Material supplied
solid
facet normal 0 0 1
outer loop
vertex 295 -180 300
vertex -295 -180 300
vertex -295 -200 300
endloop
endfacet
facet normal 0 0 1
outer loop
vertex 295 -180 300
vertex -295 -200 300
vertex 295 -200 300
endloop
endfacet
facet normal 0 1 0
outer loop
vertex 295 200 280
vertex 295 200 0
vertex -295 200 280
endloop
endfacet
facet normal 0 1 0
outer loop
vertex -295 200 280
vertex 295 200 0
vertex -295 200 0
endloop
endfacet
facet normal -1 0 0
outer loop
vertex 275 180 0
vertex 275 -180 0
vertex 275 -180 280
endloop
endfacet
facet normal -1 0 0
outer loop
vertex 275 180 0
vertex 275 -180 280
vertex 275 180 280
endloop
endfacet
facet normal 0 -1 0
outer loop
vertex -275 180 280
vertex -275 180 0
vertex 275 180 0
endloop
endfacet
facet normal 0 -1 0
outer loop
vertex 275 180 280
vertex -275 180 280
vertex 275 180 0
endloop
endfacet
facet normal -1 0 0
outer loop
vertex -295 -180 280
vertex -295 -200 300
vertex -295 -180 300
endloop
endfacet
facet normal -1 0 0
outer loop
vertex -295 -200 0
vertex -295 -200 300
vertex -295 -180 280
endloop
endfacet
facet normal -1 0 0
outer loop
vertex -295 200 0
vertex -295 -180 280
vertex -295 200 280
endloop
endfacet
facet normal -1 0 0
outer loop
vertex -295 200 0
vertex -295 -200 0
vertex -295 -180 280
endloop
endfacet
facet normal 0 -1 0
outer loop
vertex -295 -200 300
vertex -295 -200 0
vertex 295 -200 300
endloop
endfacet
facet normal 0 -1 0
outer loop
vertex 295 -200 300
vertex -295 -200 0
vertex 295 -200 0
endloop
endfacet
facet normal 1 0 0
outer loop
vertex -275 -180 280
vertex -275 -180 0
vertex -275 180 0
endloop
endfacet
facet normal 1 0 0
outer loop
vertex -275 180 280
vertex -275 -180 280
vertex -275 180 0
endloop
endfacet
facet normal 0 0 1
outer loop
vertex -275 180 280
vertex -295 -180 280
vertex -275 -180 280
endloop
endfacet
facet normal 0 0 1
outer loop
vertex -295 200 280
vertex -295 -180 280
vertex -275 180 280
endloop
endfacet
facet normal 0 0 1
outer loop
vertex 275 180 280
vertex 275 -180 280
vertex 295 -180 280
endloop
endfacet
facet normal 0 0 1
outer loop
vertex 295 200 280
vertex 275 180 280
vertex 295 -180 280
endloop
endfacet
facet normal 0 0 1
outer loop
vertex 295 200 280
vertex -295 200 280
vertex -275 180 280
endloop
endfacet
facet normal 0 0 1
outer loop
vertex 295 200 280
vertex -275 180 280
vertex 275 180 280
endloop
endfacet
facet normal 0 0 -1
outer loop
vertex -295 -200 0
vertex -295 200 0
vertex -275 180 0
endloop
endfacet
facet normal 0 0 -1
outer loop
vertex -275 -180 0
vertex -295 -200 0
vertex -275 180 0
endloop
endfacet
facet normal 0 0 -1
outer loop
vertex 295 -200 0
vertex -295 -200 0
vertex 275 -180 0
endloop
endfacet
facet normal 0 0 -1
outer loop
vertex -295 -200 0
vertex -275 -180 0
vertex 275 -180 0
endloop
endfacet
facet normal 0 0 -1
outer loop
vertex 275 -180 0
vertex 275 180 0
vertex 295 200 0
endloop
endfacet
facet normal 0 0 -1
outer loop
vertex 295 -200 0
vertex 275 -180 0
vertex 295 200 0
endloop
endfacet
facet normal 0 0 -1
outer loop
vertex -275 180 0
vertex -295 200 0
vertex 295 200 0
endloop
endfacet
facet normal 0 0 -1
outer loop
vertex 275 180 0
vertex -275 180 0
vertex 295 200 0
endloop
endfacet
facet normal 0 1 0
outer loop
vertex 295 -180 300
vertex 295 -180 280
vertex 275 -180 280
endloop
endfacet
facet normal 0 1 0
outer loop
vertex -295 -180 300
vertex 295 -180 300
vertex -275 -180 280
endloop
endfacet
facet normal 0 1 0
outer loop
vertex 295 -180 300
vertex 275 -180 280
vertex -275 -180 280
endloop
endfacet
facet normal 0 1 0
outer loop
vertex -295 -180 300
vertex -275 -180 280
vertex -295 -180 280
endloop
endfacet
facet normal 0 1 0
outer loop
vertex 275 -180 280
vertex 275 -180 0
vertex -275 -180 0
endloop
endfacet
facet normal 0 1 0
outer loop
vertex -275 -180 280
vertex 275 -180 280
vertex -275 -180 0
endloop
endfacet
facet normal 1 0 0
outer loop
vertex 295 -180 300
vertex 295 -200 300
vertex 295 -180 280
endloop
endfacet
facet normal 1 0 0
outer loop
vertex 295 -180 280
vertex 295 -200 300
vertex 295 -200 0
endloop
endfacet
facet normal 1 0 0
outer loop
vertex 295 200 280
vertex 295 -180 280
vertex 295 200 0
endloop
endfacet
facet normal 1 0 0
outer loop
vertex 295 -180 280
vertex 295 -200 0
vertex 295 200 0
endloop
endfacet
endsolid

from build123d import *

# Parameters (mm, degrees)
F0_W     = 20
F0_H     = 20
F0_W_2   = 550
F0_H_2   = 360
F1_DEPTH = 280
F2_DEPTH = 300


with BuildPart() as f1:
    # F0 (on Top) → F1 (new body)
    with BuildSketch(Plane.XY):
        with Locations((-285, 190)):
            Rectangle(F0_W, F0_H)
        with Locations((285, 190)):
            Rectangle(F0_W, F0_H)
        with Locations((0, 190)):
            Rectangle(F0_W_2, F0_H)
        with Locations((-285, 0)):
            Rectangle(F0_W, F0_H_2)
        with Locations((285, 0)):
            Rectangle(F0_W, F0_H_2)
    extrude(amount=F1_DEPTH)

    # F0 (on Top) → F2 (join)
    with BuildSketch(Plane.XY):
        with Locations((-285, -190)):
            Rectangle(F0_W, F0_H)
        with Locations((0, -190)):
            Rectangle(F0_W_2, F0_H)
        with Locations((285, -190)):
            Rectangle(F0_W, F0_H)
    extrude(amount=F2_DEPTH)


solid = f1.part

Exercise
In full and without alteration, transcribe the entries above.

Solution for this problem
solid
facet normal 0 0 1
outer loop
vertex 295 -180 300
vertex -295 -180 300
vertex -295 -200 300
endloop
endfacet
facet normal 0 0 1
outer loop
vertex 295 -180 300
vertex -295 -200 300
vertex 295 -200 300
endloop
endfacet
facet normal 0 1 0
outer loop
vertex 295 200 280
vertex 295 200 0
vertex -295 200 280
endloop
endfacet
facet normal 0 1 0
outer loop
vertex -295 200 280
vertex 295 200 0
vertex -295 200 0
endloop
endfacet
facet normal -1 0 0
outer loop
vertex 275 180 0
vertex 275 -180 0
vertex 275 -180 280
endloop
endfacet
facet normal -1 0 0
outer loop
vertex 275 180 0
vertex 275 -180 280
vertex 275 180 280
endloop
endfacet
facet normal 0 -1 0
outer loop
vertex -275 180 280
vertex -275 180 0
vertex 275 180 0
endloop
endfacet
facet normal 0 -1 0
outer loop
vertex 275 180 280
vertex -275 180 280
vertex 275 180 0
endloop
endfacet
facet normal -1 0 0
outer loop
vertex -295 -180 280
vertex -295 -200 300
vertex -295 -180 300
endloop
endfacet
facet normal -1 0 0
outer loop
vertex -295 -200 0
vertex -295 -200 300
vertex -295 -180 280
endloop
endfacet
facet normal -1 0 0
outer loop
vertex -295 200 0
vertex -295 -180 280
vertex -295 200 280
endloop
endfacet
facet normal -1 0 0
outer loop
vertex -295 200 0
vertex -295 -200 0
vertex -295 -180 280
endloop
endfacet
facet normal 0 -1 0
outer loop
vertex -295 -200 300
vertex -295 -200 0
vertex 295 -200 300
endloop
endfacet
facet normal 0 -1 0
outer loop
vertex 295 -200 300
vertex -295 -200 0
vertex 295 -200 0
endloop
endfacet
facet normal 1 0 0
outer loop
vertex -275 -180 280
vertex -275 -180 0
vertex -275 180 0
endloop
endfacet
facet normal 1 0 0
outer loop
vertex -275 180 280
vertex -275 -180 280
vertex -275 180 0
endloop
endfacet
facet normal 0 0 1
outer loop
vertex -275 180 280
vertex -295 -180 280
vertex -275 -180 280
endloop
endfacet
facet normal 0 0 1
outer loop
vertex -295 200 280
vertex -295 -180 280
vertex -275 180 280
endloop
endfacet
facet normal 0 0 1
outer loop
vertex 275 180 280
vertex 275 -180 280
vertex 295 -180 280
endloop
endfacet
facet normal 0 0 1
outer loop
vertex 295 200 280
vertex 275 180 280
vertex 295 -180 280
endloop
endfacet
facet normal 0 0 1
outer loop
vertex 295 200 280
vertex -295 200 280
vertex -275 180 280
endloop
endfacet
facet normal 0 0 1
outer loop
vertex 295 200 280
vertex -275 180 280
vertex 275 180 280
endloop
endfacet
facet normal 0 0 -1
outer loop
vertex -295 -200 0
vertex -295 200 0
vertex -275 180 0
endloop
endfacet
facet normal 0 0 -1
outer loop
vertex -275 -180 0
vertex -295 -200 0
vertex -275 180 0
endloop
endfacet
facet normal 0 0 -1
outer loop
vertex 295 -200 0
vertex -295 -200 0
vertex 275 -180 0
endloop
endfacet
facet normal 0 0 -1
outer loop
vertex -295 -200 0
vertex -275 -180 0
vertex 275 -180 0
endloop
endfacet
facet normal 0 0 -1
outer loop
vertex 275 -180 0
vertex 275 180 0
vertex 295 200 0
endloop
endfacet
facet normal 0 0 -1
outer loop
vertex 295 -200 0
vertex 275 -180 0
vertex 295 200 0
endloop
endfacet
facet normal 0 0 -1
outer loop
vertex -275 180 0
vertex -295 200 0
vertex 295 200 0
endloop
endfacet
facet normal 0 0 -1
outer loop
vertex 275 180 0
vertex -275 180 0
vertex 295 200 0
endloop
endfacet
facet normal 0 1 0
outer loop
vertex 295 -180 300
vertex 295 -180 280
vertex 275 -180 280
endloop
endfacet
facet normal 0 1 0
outer loop
vertex -295 -180 300
vertex 295 -180 300
vertex -275 -180 280
endloop
endfacet
facet normal 0 1 0
outer loop
vertex 295 -180 300
vertex 275 -180 280
vertex -275 -180 280
endloop
endfacet
facet normal 0 1 0
outer loop
vertex -295 -180 300
vertex -275 -180 280
vertex -295 -180 280
endloop
endfacet
facet normal 0 1 0
outer loop
vertex 275 -180 280
vertex 275 -180 0
vertex -275 -180 0
endloop
endfacet
facet normal 0 1 0
outer loop
vertex -275 -180 280
vertex 275 -180 280
vertex -275 -180 0
endloop
endfacet
facet normal 1 0 0
outer loop
vertex 295 -180 300
vertex 295 -200 300
vertex 295 -180 280
endloop
endfacet
facet normal 1 0 0
outer loop
vertex 295 -180 280
vertex 295 -200 300
vertex 295 -200 0
endloop
endfacet
facet normal 1 0 0
outer loop
vertex 295 200 280
vertex 295 -180 280
vertex 295 200 0
endloop
endfacet
facet normal 1 0 0
outer loop
vertex 295 -180 280
vertex 295 -200 0
vertex 295 200 0
endloop
endfacet
endsolid

from build123d import *

# Parameters (mm, degrees)
F0_W     = 20
F0_H     = 20
F0_W_2   = 550
F0_H_2   = 360
F1_DEPTH = 280
F2_DEPTH = 300


with BuildPart() as f1:
    # F0 (on Top) → F1 (new body)
    with BuildSketch(Plane.XY):
        with Locations((-285, 190)):
            Rectangle(F0_W, F0_H)
        with Locations((285, 190)):
            Rectangle(F0_W, F0_H)
        with Locations((0, 190)):
            Rectangle(F0_W_2, F0_H)
        with Locations((-285, 0)):
            Rectangle(F0_W, F0_H_2)
        with Locations((285, 0)):
            Rectangle(F0_W, F0_H_2)
    extrude(amount=F1_DEPTH)

    # F0 (on Top) → F2 (join)
    with BuildSketch(Plane.XY):
        with Locations((-285, -190)):
            Rectangle(F0_W, F0_H)
        with Locations((0, -190)):
            Rectangle(F0_W_2, F0_H)
        with Locations((285, -190)):
            Rectangle(F0_W, F0_H)
    extrude(amount=F2_DEPTH)


solid = f1.part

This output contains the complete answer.